L’uscita di Amadeus dalla Rai e il suo approdo sul Nove, ormai molto probabile anche se non ancora ufficializzato, è il fatto più grave nella storia della nuova gestione del servizio pubblico. Più grave dell’analoga vicenda che ha riguardato Fazio, Gramellini, Augias e Annunziata. Il mio non è un paradosso e neppure una sottovalutazione del valore dei precedenti “transfughi”. Mi spiego: l’allontanamento di personaggi come Fazio e compagni dalla nuova Rai gestita dalla destra ha un senso. Non che sia un esempio virtuoso, di saggezza, lungimiranza e di spirito democratico, ma una logica ce l’ha, perversa ma logica. Diciamo che i personaggi in questione rappresentavano un’idea di televisione, un sistema di valori, una lettura del mondo e della storia troppo diversi rispetto a quelli dei nuovi dirigenti. La convivenza sarebbe diventata difficile. Una sorta di “incompatibilità di carattere” come si diceva quando il divorzio era una faccenda che riguardava solo i divi del cinema americano.

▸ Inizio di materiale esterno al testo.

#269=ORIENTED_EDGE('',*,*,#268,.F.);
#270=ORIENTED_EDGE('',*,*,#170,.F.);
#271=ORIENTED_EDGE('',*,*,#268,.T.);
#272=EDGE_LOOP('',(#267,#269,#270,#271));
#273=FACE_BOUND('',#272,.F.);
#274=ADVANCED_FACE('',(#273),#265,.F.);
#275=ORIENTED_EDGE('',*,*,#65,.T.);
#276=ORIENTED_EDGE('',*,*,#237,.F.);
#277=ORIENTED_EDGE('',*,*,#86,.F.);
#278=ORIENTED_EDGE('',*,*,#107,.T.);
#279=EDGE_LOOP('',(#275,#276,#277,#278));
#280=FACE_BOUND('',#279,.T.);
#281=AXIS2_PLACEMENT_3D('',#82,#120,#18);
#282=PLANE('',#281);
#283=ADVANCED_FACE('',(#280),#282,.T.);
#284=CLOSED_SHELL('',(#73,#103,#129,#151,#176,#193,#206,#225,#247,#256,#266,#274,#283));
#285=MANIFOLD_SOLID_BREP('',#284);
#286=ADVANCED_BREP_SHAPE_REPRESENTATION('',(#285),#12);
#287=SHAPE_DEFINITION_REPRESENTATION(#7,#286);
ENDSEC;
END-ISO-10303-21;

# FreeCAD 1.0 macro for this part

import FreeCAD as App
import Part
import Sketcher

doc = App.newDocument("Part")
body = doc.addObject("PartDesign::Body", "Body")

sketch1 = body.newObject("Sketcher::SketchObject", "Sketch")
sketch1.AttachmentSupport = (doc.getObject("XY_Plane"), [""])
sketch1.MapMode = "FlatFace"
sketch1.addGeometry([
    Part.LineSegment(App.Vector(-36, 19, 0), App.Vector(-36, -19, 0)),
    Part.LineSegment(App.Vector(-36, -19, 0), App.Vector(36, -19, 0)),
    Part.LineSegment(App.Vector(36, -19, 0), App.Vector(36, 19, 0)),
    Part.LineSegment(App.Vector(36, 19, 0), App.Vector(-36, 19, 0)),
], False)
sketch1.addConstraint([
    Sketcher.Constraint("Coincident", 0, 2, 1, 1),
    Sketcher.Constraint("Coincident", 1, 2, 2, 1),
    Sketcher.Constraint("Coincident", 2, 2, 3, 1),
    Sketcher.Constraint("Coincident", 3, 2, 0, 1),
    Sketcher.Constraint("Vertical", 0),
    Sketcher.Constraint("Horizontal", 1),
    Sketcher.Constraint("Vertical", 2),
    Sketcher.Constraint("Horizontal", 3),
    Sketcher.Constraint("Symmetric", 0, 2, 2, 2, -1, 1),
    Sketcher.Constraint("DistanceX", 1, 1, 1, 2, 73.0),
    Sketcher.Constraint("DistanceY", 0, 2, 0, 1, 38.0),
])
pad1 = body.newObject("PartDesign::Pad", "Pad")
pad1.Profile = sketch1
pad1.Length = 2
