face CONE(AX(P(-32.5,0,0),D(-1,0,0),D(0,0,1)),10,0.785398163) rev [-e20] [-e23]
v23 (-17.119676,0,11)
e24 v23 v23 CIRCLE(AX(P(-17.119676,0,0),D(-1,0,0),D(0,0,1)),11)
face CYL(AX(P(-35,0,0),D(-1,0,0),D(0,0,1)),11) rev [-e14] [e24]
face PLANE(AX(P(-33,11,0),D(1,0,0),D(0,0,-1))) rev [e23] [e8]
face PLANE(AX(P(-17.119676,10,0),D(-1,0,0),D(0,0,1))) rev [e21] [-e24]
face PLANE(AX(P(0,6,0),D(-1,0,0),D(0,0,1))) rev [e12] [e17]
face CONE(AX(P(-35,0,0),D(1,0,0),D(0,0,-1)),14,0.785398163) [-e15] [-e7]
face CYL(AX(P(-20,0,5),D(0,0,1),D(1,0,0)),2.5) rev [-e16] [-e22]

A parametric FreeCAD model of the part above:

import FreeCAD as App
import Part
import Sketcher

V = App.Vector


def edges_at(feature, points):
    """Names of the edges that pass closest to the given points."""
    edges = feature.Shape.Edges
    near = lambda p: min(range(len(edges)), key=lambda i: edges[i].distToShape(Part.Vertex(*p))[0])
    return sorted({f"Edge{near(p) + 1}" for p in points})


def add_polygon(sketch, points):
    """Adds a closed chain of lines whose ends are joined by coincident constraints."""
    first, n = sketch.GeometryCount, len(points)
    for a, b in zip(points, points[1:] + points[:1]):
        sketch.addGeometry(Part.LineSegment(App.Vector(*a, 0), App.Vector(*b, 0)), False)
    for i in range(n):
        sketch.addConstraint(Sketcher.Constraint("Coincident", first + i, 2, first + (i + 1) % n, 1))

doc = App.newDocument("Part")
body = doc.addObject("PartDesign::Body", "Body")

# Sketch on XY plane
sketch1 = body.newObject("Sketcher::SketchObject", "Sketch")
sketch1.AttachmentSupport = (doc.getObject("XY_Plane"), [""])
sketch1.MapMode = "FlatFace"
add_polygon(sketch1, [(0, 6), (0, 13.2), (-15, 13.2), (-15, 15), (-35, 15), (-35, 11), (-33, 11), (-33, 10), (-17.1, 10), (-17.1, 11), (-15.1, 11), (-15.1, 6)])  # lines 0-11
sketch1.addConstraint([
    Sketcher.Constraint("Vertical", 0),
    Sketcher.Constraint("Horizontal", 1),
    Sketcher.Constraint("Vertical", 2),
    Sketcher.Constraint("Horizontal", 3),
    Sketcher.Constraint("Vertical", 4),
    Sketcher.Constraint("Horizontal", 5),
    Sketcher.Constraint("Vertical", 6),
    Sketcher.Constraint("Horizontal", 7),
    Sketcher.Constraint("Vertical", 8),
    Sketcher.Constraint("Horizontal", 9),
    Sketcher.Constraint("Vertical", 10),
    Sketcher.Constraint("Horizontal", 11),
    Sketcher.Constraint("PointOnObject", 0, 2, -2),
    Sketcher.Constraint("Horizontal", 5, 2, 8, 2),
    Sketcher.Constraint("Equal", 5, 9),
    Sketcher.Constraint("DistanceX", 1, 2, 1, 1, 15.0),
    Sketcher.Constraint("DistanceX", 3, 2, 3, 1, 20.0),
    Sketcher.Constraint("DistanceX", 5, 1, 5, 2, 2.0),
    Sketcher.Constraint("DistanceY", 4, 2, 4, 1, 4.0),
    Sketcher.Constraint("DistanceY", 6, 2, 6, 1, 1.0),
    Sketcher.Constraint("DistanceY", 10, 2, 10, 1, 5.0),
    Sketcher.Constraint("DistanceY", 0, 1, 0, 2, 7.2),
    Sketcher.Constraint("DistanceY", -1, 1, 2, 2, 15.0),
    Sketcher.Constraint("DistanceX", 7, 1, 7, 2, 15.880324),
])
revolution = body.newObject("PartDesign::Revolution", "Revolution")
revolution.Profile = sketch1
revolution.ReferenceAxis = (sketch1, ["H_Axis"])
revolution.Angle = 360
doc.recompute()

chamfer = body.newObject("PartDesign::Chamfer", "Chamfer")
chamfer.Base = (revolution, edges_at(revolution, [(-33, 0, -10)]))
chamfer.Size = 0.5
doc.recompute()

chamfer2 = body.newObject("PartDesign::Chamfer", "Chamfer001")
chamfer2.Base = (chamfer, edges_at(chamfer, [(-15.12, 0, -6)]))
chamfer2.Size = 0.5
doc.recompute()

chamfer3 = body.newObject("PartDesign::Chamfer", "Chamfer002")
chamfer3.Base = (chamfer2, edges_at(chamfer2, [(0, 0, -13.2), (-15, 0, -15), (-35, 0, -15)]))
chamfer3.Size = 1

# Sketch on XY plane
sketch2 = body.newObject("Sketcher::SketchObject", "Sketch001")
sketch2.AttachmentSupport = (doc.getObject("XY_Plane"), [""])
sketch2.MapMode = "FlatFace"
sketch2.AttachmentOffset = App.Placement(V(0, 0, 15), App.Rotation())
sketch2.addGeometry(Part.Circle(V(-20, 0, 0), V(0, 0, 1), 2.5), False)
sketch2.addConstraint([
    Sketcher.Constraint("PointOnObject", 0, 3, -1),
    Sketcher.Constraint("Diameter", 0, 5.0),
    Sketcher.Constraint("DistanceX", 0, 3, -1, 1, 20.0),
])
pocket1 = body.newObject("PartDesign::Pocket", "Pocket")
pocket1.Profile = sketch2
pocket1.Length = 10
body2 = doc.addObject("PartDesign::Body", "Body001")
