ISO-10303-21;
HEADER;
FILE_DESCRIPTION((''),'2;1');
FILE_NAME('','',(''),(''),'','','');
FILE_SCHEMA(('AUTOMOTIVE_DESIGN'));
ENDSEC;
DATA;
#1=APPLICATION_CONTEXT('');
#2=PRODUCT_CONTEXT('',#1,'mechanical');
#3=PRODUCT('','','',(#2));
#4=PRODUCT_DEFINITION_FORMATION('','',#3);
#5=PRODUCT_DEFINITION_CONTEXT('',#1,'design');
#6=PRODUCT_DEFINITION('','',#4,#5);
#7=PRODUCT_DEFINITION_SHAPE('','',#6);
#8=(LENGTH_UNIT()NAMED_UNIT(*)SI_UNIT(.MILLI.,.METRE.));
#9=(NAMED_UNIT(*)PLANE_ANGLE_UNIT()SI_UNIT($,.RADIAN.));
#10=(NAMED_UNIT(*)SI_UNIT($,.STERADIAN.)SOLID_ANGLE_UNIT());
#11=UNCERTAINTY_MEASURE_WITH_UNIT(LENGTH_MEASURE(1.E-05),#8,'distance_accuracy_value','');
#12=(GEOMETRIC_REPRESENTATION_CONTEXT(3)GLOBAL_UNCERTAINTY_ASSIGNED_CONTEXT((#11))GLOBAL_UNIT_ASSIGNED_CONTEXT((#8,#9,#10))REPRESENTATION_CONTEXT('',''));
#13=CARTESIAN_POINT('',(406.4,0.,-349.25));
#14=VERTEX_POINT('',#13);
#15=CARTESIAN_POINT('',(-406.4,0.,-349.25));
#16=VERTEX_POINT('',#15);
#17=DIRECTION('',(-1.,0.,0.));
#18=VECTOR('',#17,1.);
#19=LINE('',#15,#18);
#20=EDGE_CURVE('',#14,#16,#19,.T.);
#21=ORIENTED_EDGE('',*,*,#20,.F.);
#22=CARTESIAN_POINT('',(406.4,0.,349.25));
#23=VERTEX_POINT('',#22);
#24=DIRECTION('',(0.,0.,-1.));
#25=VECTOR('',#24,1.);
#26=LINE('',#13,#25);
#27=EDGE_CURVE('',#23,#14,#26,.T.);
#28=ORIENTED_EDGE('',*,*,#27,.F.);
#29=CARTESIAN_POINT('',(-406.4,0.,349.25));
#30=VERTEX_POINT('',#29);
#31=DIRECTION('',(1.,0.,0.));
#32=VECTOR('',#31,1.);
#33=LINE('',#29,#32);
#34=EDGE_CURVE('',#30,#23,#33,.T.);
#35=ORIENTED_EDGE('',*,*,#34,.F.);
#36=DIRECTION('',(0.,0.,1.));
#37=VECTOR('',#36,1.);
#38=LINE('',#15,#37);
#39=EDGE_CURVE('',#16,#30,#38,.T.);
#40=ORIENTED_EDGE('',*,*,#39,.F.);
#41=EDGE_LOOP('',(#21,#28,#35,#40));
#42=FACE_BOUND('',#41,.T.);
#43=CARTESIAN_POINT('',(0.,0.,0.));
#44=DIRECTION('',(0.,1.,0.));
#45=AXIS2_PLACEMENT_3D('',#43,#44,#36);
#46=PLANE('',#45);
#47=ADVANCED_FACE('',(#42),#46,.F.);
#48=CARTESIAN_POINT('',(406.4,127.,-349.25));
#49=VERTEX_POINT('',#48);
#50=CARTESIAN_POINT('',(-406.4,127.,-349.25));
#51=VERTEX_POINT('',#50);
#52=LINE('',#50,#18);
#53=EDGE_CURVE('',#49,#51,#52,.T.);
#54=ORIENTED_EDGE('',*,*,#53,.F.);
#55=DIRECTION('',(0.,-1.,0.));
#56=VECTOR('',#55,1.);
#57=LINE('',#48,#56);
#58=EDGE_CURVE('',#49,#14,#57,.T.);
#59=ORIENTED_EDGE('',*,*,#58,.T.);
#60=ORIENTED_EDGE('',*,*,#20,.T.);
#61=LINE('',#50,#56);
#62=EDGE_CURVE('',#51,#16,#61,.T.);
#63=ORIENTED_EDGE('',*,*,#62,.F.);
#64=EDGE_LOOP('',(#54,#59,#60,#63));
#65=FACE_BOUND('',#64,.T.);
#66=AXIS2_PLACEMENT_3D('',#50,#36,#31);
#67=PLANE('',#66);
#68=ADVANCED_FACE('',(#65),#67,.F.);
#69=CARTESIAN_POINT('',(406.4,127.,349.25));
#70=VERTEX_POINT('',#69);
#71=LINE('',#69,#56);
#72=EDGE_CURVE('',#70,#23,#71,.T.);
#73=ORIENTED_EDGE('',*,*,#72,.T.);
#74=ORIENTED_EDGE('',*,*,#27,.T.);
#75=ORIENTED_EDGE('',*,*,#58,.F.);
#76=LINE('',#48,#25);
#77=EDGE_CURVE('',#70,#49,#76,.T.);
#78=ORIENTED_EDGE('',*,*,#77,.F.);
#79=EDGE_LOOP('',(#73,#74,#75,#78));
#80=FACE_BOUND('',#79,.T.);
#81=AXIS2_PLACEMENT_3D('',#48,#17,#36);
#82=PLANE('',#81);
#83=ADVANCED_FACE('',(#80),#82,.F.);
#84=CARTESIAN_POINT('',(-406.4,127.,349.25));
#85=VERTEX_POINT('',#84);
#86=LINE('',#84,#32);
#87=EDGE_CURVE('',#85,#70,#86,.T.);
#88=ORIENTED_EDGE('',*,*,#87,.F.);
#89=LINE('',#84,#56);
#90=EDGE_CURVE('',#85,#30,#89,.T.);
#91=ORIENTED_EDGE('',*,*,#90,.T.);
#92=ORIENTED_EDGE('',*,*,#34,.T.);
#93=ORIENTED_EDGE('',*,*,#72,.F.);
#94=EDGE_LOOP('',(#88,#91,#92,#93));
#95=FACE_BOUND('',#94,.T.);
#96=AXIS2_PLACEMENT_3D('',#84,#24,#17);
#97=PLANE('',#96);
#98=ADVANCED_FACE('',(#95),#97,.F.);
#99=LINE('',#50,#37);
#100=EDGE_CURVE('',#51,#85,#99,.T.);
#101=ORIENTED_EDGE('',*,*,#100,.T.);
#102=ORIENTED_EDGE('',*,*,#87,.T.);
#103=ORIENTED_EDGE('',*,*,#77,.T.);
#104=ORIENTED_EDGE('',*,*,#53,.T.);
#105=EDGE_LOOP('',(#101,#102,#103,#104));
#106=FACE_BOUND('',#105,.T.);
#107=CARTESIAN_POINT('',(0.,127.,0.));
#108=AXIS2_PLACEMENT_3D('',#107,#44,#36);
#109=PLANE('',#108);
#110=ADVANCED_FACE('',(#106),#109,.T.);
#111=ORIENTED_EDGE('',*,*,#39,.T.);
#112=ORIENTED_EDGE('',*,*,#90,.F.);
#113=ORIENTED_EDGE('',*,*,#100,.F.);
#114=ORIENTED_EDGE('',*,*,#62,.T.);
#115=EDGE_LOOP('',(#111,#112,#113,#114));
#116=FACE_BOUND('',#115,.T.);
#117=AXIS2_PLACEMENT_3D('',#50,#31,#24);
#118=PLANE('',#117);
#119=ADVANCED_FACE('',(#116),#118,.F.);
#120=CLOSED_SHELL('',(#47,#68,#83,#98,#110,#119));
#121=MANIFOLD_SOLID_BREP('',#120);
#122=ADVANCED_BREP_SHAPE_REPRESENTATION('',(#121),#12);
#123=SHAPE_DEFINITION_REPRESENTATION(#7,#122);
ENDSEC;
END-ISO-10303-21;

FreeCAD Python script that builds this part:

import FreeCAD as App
import Part
import Sketcher

V = App.Vector
Q = App.Units.Quantity


def add_polygon(sketch, points):
    """Adds a closed chain of lines whose ends are joined by coincident constraints."""
    first, n = sketch.GeometryCount, len(points)
    for a, b in zip(points, points[1:] + points[:1]):
        sketch.addGeometry(Part.LineSegment(App.Vector(*a, 0), App.Vector(*b, 0)), False)
    for i in range(n):
        sketch.addConstraint(Sketcher.Constraint("Coincident", first + i, 2, first + (i + 1) % n, 1))

doc = App.newDocument("Part")
body = doc.addObject("PartDesign::Body", "Body")

# Sketch on XZ plane
sketch1 = body.newObject("Sketcher::SketchObject", "Sketch")
sketch1.AttachmentSupport = (doc.getObject("XZ_Plane"), [""])
sketch1.MapMode = "FlatFace"
add_polygon(sketch1, [(-406, -349), (-406, 349), (406, 349), (406, -349)])  # lines 0-3
sketch1.addConstraint([
    Sketcher.Constraint("Vertical", 0),
    Sketcher.Constraint("Horizontal", 1),
    Sketcher.Constraint("Vertical", 2),
    Sketcher.Constraint("Horizontal", 3),
    Sketcher.Constraint("Symmetric", 0, 2, 2, 2, -1, 1),
    Sketcher.Constraint("DistanceX", 1, 1, 1, 2, Q("32 in")),
    Sketcher.Constraint("DistanceY", 0, 1, 0, 2, Q("27.5 in")),
])
pad1 = body.newObject("PartDesign::Pad", "Pad")
pad1.Profile = sketch1
pad1.Length = Q("5 in")
pad1.Reversed = True

doc.recompute()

Ma Amadeus? Che cosa rappresenta mai Amadeus, quali sono i valori, le sue visioni del mondo che non possano essere tollerati da una classe dirigente conservatrice? Il tutto poi avviene in un settore centrale, delicato, quello dell’intrattenimento, fondamentale per un’emittente generalista e in cui la Rai sembra vivere momenti di affannosa e disastrosa ricerca di qualcosa di interessante (vedi il programma di Chiara Francini). Come si può spiegare dunque l’harakiri della Rai? Le ipotesi sono due. La prima, chiamiamola ipotesi-Corriere è quella appunto insinuata dall’autorevole quotidiano. Tutto nascerebbe da una serie di screzi causati dal rifiuto di Amadeus di accettare alcune proposte della dirigenza riguardo al coinvolgimento di alcuni personaggi di dubbio talento e di dubbia utilità. I nomi li sapete. Un’ipotesi davvero infamante per un servizio pubblico, peggio dell’amichettismo attribuito alla sinistra, un infantilismo da asilo: non hai fatto giocare il mio amico e io non ti invito più alla mia festa, firmato dal ministero della Comunicazione e del merito.

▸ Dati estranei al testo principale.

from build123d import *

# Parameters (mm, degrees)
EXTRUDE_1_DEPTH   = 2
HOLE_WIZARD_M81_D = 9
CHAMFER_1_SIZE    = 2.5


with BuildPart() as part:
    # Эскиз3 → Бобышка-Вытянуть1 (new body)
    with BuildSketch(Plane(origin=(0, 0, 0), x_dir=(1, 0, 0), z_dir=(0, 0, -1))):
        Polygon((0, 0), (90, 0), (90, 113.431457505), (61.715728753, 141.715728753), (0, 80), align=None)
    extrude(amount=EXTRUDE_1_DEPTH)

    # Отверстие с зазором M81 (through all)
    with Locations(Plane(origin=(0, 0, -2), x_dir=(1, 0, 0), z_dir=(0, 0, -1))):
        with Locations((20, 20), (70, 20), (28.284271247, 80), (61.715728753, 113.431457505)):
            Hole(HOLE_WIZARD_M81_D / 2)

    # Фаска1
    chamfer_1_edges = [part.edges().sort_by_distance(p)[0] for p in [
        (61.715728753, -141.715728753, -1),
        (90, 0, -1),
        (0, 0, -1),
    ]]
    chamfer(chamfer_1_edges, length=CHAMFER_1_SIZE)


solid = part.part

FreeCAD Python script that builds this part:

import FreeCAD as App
import Part
import Sketcher

V = App.Vector
Q = App.Units.Quantity


def edges_at(feature, points):
    """Names of the edges that pass closest to the given points."""
    edges = feature.Shape.Edges
    near = lambda p: min(range(len(edges)), key=lambda i: edges[i].distToShape(Part.Vertex(*p))[0])
    return sorted({f"Edge{near(p) + 1}" for p in points})


def add_polygon(sketch, points):
    """Adds a closed chain of lines whose ends are joined by coincident constraints."""
    first, n = sketch.GeometryCount, len(points)
    for a, b in zip(points, points[1:] + points[:1]):
        sketch.addGeometry(Part.LineSegment(App.Vector(*a, 0), App.Vector(*b, 0)), False)
    for i in range(n):
        sketch.addConstraint(Sketcher.Constraint("Coincident", first + i, 2, first + (i + 1) % n, 1))

doc = App.newDocument("Part")
body = doc.addObject("PartDesign::Body", "Body")

sketch1 = body.newObject("Sketcher::SketchObject", "Sketch")
sketch1.AttachmentSupport = (doc.getObject("XY_Plane"), [""])
sketch1.MapMode = "FlatFace"
add_polygon(sketch1, [(0, 0), (90, 0), (90, -113), (62, -142), (0, -80)])
sketch1.addConstraint([
    Sketcher.Constraint("Horizontal", 0),
    Sketcher.Constraint("Vertical", 1),
    Sketcher.Constraint("Vertical", 4),
    Sketcher.Constraint("Coincident", 4, 2, -1, 1),
    Sketcher.Constraint("Perpendicular", 2, 3),
    Sketcher.Constraint("DistanceX", 0, 1, 0, 2, Q("90 mm")),
    Sketcher.Constraint("DistanceY", 4, 1, 4, 2, Q("80 mm")),
    Sketcher.Constraint("Angle", 2, Q("-135 deg")),
    Sketcher.Constraint("Distance", 2, Q("40 mm")),
])
pad1 = body.newObject("PartDesign::Pad", "Pad")
pad1.Profile = sketch1
pad1.Length = 2
pad1.Reversed = True

sketch2 = body.newObject("Sketcher::SketchObject", "Sketch001")
sketch2.AttachmentSupport = (doc.getObject("XY_Plane"), [""])
sketch2.MapMode = "FlatFace"
sketch2.AttachmentOffset = App.Placement(V(0, 0, -2), App.Rotation())
sketch2.addGeometry([
    Part.Circle(V(20, -20, 0), V(0, 0, 1), 4.5),
    Part.Circle(V(70, -20, 0), V(0, 0, 1), 4.5),
    Part.Circle(V(28.3, -80, 0), V(0, 0, 1), 4.5),
    Part.Circle(V(61.7, -113.4, 0), V(0, 0, 1), 4.5),
], False)
sketch2.addConstraint([
    Sketcher.Constraint("Equal", 0, 1),
    Sketcher.Constraint("Equal", 1, 2),
    Sketcher.Constraint("Equal", 2, 3),
    Sketcher.Constraint("Horizontal", 0, 3, 1, 3),
    Sketcher.Constraint("Diameter", 0, Q("9 mm")),
    Sketcher.Constraint("DistanceX", -1, 1, 0, 3, Q("20 mm")),
    Sketcher.Constraint("DistanceY", 0, 3, -1, 1, Q("20 mm")),
    Sketcher.Constraint("DistanceX", -1, 1, 1, 3, Q("70 mm")),
    Sketcher.Constraint("DistanceY", 2, 3, -1, 1, Q("80 mm")),
    Sketcher.Constraint("DistanceX", -1, 1, 2, 3, Q("28.284271 mm")),
    Sketcher.Constraint("DistanceX", -1, 1, 3, 3, Q("61.715729 mm")),
    Sketcher.Constraint("DistanceY", 3, 3, -1, 1, Q("113.431458 mm")),
])
doc.recompute()
hole = body.newObject("PartDesign::Hole", "Hole")
hole.Profile = sketch2
hole.ThreadType = "None"
hole.Diameter = 9
hole.DepthType = "ThroughAll"
hole.Reversed = True
doc.recompute()

chamfer = body.newObject("PartDesign::Chamfer", "Chamfer")
chamfer.Base = (hole, edges_at(hole, [(61.716, -141.716, -1), (90, 0, -1), (0, 0, -1)]))
chamfer.Size = 2.5

doc.recompute()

Ma c’è un’altra ipotesi, più seria. Chiamiamola ipotesi-Fiorello, visto che è stato lui a illustrarla nel corso di un talk in cui ero presente anch’io. Ora come tutti sanno Fiorello è tanto esuberante, fantasioso e amante del paradosso quando fa il suo lavoro, quanto è pacato, riflessivo e preciso nelle analisi quando affronta seriamente i problemi. La sua ipotesi, molto credibile in quanto riguarda un amico fraterno, attribuisce la scelta di Amadeus a tutt’altri motivi. Arrivato a una certa età, dopo aver mietuto tutti i successi possibili (e anche quelli impossibili) Amdeus lascerebbe la Rai né per soldi né per ripicche, ma per motivazioni assai più nobili: per trovare nuovi stimoli, tentare nuove sperimentazioni, occupare ruoli anche di ideazione che la nuova collocazione gli offrirebbe. Tutto chiaro e limpido. Peccato però che questa ipotesi nobile è assai peggiore, per la Rai, delle dicerie ignobili. Perché esclude che nuovi stimoli, sperimentazione e innovazione si possano realizzare all’interno del servizio pubblico che in questi campi invece dovrebbe essere l’assoluto protagonista.